◆ DATA TO PROCESS:
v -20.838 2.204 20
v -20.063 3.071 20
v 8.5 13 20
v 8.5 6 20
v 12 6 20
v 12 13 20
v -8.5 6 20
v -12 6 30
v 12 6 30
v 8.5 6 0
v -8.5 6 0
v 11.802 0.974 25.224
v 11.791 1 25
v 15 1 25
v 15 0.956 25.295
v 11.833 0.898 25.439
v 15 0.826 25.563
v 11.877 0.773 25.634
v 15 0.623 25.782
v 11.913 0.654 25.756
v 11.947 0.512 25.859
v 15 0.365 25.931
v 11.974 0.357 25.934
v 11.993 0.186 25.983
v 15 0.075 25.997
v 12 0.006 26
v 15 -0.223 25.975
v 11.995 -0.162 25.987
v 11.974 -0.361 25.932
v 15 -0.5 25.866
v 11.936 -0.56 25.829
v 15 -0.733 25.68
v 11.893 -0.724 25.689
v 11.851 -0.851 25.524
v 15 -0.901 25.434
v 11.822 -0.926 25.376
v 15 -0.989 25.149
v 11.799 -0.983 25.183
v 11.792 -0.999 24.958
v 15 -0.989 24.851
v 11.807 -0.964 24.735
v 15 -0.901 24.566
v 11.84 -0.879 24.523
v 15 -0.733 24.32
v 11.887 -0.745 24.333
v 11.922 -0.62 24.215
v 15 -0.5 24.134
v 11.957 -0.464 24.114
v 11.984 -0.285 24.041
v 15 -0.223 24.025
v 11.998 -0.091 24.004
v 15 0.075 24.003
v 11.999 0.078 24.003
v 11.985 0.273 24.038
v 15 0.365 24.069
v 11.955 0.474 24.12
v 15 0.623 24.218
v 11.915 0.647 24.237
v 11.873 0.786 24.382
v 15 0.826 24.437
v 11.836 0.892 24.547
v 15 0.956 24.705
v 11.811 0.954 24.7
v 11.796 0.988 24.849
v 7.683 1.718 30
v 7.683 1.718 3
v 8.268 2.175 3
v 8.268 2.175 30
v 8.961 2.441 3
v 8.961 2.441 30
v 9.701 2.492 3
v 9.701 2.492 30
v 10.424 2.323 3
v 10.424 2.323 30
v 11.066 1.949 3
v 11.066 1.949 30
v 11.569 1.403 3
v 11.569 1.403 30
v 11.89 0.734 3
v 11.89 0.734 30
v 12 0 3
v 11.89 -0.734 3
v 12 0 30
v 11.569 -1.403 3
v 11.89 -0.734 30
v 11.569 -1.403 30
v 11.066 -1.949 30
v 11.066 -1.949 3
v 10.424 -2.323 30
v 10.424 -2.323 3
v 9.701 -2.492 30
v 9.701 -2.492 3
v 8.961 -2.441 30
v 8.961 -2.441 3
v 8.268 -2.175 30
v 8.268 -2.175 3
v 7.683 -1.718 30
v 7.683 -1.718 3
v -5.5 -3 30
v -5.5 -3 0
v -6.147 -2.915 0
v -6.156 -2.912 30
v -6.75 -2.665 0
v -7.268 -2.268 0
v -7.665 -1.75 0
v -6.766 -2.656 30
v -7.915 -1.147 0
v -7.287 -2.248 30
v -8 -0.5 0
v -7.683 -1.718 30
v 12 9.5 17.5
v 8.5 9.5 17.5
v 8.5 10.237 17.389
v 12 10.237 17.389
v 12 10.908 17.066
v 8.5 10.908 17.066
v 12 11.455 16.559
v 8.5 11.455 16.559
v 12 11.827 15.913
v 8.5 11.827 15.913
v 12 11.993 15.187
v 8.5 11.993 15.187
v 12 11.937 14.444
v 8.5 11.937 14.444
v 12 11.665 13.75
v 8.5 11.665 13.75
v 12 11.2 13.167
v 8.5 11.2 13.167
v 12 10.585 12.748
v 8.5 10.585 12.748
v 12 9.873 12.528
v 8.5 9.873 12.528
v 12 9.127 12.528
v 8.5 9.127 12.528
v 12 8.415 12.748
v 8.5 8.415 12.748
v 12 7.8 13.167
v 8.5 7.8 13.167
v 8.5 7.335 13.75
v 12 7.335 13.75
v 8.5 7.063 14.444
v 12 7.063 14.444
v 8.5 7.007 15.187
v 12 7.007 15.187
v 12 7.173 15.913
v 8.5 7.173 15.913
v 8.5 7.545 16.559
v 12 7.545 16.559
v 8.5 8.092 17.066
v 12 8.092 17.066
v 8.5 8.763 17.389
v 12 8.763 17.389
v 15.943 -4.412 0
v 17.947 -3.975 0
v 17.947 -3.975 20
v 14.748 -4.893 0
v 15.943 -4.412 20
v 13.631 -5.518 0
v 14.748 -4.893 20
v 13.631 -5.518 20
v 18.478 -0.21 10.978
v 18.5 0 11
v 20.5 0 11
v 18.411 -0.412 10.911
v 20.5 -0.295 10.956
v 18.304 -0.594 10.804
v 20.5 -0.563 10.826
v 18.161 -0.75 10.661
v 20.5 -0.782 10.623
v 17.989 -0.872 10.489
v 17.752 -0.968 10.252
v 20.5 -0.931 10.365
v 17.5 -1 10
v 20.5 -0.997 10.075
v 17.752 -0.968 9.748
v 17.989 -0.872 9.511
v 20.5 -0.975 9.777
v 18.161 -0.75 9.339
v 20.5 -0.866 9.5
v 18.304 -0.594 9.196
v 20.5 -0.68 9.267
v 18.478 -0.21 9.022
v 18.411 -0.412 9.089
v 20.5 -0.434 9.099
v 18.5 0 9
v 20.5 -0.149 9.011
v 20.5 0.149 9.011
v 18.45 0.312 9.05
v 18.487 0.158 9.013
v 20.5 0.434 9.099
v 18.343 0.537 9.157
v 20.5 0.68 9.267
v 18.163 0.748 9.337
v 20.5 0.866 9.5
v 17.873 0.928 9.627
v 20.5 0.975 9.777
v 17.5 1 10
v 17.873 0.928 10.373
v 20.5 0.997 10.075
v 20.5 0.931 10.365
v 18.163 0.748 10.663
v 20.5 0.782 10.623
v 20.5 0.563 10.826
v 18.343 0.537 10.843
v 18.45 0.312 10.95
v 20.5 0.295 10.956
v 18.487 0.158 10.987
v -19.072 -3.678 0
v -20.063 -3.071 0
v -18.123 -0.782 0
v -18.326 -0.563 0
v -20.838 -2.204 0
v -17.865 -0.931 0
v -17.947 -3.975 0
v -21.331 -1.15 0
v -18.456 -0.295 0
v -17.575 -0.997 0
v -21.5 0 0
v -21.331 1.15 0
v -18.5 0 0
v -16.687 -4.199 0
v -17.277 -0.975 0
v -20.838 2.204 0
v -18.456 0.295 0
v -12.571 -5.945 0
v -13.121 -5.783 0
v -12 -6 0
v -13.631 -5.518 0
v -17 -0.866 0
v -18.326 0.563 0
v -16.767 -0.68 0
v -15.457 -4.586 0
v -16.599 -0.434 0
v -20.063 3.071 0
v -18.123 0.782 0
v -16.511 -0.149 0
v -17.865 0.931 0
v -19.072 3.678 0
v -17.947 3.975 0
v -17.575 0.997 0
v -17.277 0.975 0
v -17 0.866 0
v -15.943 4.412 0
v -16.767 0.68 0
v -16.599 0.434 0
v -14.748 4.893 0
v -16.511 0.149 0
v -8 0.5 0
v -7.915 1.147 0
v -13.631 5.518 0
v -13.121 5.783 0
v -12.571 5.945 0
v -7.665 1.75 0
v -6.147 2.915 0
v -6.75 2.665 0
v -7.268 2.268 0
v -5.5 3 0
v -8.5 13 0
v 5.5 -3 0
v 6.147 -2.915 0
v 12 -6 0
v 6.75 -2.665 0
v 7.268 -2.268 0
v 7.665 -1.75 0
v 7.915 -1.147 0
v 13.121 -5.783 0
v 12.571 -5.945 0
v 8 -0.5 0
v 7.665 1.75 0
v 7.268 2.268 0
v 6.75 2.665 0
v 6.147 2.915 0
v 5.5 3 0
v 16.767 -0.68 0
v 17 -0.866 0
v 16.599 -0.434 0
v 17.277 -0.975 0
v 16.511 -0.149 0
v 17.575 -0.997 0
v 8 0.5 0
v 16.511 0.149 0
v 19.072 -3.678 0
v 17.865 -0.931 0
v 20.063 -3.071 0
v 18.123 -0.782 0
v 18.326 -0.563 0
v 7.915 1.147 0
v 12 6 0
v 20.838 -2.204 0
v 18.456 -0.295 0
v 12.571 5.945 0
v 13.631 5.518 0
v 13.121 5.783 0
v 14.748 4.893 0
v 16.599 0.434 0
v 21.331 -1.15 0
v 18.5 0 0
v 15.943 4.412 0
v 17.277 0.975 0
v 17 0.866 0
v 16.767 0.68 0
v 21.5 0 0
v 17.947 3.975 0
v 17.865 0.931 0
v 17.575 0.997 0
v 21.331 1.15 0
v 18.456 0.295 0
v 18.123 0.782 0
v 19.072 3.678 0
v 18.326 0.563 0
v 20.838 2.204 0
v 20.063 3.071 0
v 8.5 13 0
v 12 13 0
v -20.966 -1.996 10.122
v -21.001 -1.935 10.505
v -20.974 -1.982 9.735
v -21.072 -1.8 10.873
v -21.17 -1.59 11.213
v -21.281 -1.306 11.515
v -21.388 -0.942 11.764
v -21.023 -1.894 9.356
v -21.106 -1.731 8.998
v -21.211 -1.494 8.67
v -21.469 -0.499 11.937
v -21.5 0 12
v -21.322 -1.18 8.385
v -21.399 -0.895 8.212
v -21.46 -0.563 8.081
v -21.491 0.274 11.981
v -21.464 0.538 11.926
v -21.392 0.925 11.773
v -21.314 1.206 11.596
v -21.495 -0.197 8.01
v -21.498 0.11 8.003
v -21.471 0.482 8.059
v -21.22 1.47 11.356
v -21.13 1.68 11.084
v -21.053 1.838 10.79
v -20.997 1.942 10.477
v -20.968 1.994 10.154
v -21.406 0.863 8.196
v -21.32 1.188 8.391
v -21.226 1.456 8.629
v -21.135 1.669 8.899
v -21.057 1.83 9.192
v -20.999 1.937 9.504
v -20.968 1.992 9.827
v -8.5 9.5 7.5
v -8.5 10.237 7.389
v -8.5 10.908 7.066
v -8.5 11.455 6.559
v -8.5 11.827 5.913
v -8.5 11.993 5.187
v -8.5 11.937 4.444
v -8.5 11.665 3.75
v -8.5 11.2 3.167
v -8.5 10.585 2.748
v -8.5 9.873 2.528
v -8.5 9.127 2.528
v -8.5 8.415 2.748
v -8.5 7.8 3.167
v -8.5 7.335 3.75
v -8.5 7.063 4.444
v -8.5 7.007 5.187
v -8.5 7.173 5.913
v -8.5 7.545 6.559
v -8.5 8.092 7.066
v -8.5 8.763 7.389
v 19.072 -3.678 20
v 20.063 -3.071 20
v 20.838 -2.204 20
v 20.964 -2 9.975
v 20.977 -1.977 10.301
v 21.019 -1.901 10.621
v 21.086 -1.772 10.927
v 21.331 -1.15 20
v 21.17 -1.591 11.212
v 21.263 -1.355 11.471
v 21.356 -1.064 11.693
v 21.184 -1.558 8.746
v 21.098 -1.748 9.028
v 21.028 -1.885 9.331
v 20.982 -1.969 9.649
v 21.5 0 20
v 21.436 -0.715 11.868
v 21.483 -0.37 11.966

◆ EXERCISE: Copy out only the lines running from the beginning of the data to the line with "v 11.796 0.988 24.849", both ends included.

◆ TASK SOLUTION:
v -20.838 2.204 20
v -20.063 3.071 20
v 8.5 13 20
v 8.5 6 20
v 12 6 20
v 12 13 20
v -8.5 6 20
v -12 6 30
v 12 6 30
v 8.5 6 0
v -8.5 6 0
v 11.802 0.974 25.224
v 11.791 1 25
v 15 1 25
v 15 0.956 25.295
v 11.833 0.898 25.439
v 15 0.826 25.563
v 11.877 0.773 25.634
v 15 0.623 25.782
v 11.913 0.654 25.756
v 11.947 0.512 25.859
v 15 0.365 25.931
v 11.974 0.357 25.934
v 11.993 0.186 25.983
v 15 0.075 25.997
v 12 0.006 26
v 15 -0.223 25.975
v 11.995 -0.162 25.987
v 11.974 -0.361 25.932
v 15 -0.5 25.866
v 11.936 -0.56 25.829
v 15 -0.733 25.68
v 11.893 -0.724 25.689
v 11.851 -0.851 25.524
v 15 -0.901 25.434
v 11.822 -0.926 25.376
v 15 -0.989 25.149
v 11.799 -0.983 25.183
v 11.792 -0.999 24.958
v 15 -0.989 24.851
v 11.807 -0.964 24.735
v 15 -0.901 24.566
v 11.84 -0.879 24.523
v 15 -0.733 24.32
v 11.887 -0.745 24.333
v 11.922 -0.62 24.215
v 15 -0.5 24.134
v 11.957 -0.464 24.114
v 11.984 -0.285 24.041
v 15 -0.223 24.025
v 11.998 -0.091 24.004
v 15 0.075 24.003
v 11.999 0.078 24.003
v 11.985 0.273 24.038
v 15 0.365 24.069
v 11.955 0.474 24.12
v 15 0.623 24.218
v 11.915 0.647 24.237
v 11.873 0.786 24.382
v 15 0.826 24.437
v 11.836 0.892 24.547
v 15 0.956 24.705
v 11.811 0.954 24.7
v 11.796 0.988 24.849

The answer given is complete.